─── SOURCE DATA

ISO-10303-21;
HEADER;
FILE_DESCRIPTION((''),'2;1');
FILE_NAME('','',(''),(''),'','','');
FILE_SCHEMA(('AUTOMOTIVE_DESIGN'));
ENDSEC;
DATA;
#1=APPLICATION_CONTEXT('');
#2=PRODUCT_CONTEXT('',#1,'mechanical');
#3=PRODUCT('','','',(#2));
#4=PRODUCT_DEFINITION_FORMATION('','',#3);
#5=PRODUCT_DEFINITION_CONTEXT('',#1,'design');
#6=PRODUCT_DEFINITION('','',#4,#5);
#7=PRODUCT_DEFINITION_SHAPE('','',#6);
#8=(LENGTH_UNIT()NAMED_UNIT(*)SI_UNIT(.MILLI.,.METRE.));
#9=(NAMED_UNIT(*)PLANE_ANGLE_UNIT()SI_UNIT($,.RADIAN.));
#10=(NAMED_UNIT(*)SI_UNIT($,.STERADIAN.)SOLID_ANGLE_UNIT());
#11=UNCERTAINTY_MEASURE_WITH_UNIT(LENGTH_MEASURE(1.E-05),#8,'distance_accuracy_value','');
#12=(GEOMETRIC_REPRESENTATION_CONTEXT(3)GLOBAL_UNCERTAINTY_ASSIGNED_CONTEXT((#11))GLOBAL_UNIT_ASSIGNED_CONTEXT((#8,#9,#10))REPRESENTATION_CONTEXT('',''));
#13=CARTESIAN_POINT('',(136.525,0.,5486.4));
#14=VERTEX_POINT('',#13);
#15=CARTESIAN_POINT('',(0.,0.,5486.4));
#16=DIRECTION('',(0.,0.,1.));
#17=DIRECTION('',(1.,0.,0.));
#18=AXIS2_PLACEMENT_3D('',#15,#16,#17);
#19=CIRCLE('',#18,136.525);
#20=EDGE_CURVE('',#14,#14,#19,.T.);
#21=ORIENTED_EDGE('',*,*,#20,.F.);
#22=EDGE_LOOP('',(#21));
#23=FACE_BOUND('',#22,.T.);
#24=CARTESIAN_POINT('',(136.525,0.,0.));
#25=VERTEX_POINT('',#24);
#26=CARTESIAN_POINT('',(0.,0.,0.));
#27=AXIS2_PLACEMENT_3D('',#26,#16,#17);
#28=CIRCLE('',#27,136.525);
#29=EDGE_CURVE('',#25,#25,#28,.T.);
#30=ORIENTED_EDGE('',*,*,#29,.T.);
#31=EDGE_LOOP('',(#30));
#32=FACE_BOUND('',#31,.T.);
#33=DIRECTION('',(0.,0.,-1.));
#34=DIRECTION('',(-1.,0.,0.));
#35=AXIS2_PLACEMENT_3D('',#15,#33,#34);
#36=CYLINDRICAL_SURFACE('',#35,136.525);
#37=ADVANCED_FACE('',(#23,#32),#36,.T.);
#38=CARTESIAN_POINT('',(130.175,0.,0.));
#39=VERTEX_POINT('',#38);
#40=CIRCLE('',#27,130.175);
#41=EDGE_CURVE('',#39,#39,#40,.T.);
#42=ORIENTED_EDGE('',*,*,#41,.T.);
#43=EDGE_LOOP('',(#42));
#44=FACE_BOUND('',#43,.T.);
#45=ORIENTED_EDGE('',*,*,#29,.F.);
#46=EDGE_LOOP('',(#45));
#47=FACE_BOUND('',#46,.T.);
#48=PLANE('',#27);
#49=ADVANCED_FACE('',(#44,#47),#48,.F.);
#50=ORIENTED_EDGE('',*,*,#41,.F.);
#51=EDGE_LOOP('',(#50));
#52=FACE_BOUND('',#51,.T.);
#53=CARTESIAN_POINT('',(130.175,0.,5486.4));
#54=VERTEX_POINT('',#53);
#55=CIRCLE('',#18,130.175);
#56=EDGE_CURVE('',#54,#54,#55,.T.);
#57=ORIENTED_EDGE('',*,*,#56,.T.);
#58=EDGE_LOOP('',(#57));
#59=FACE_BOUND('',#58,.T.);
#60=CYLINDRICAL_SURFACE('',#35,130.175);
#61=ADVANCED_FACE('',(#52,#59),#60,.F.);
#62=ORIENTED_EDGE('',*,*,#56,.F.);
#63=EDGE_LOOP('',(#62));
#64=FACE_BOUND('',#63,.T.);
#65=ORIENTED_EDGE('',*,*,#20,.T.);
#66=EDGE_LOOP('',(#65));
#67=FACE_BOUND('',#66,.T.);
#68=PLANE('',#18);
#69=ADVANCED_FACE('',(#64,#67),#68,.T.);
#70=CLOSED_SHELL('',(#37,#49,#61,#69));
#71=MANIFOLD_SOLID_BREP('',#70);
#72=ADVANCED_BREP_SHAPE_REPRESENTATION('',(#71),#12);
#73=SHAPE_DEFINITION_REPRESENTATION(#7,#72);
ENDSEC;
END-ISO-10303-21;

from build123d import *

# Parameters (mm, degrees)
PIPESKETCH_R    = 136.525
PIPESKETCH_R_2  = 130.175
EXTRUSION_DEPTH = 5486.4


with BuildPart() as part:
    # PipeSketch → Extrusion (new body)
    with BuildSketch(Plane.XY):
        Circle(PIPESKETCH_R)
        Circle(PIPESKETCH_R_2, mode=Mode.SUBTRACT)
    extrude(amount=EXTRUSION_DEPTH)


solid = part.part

──────

EXERCISE REQUIREMENTS ▸
Retype the portion of the data above that starts on the line with "#64=FACE_BOUND('',#63,.T.);" and finishes on the line with "END-ISO-10303-21;", including both of those lines.

REPLY ▸
#64=FACE_BOUND('',#63,.T.);
#65=ORIENTED_EDGE('',*,*,#20,.T.);
#66=EDGE_LOOP('',(#65));
#67=FACE_BOUND('',#66,.T.);
#68=PLANE('',#18);
#69=ADVANCED_FACE('',(#64,#67),#68,.T.);
#70=CLOSED_SHELL('',(#37,#49,#61,#69));
#71=MANIFOLD_SOLID_BREP('',#70);
#72=ADVANCED_BREP_SHAPE_REPRESENTATION('',(#71),#12);
#73=SHAPE_DEFINITION_REPRESENTATION(#7,#72);
ENDSEC;
END-ISO-10303-21;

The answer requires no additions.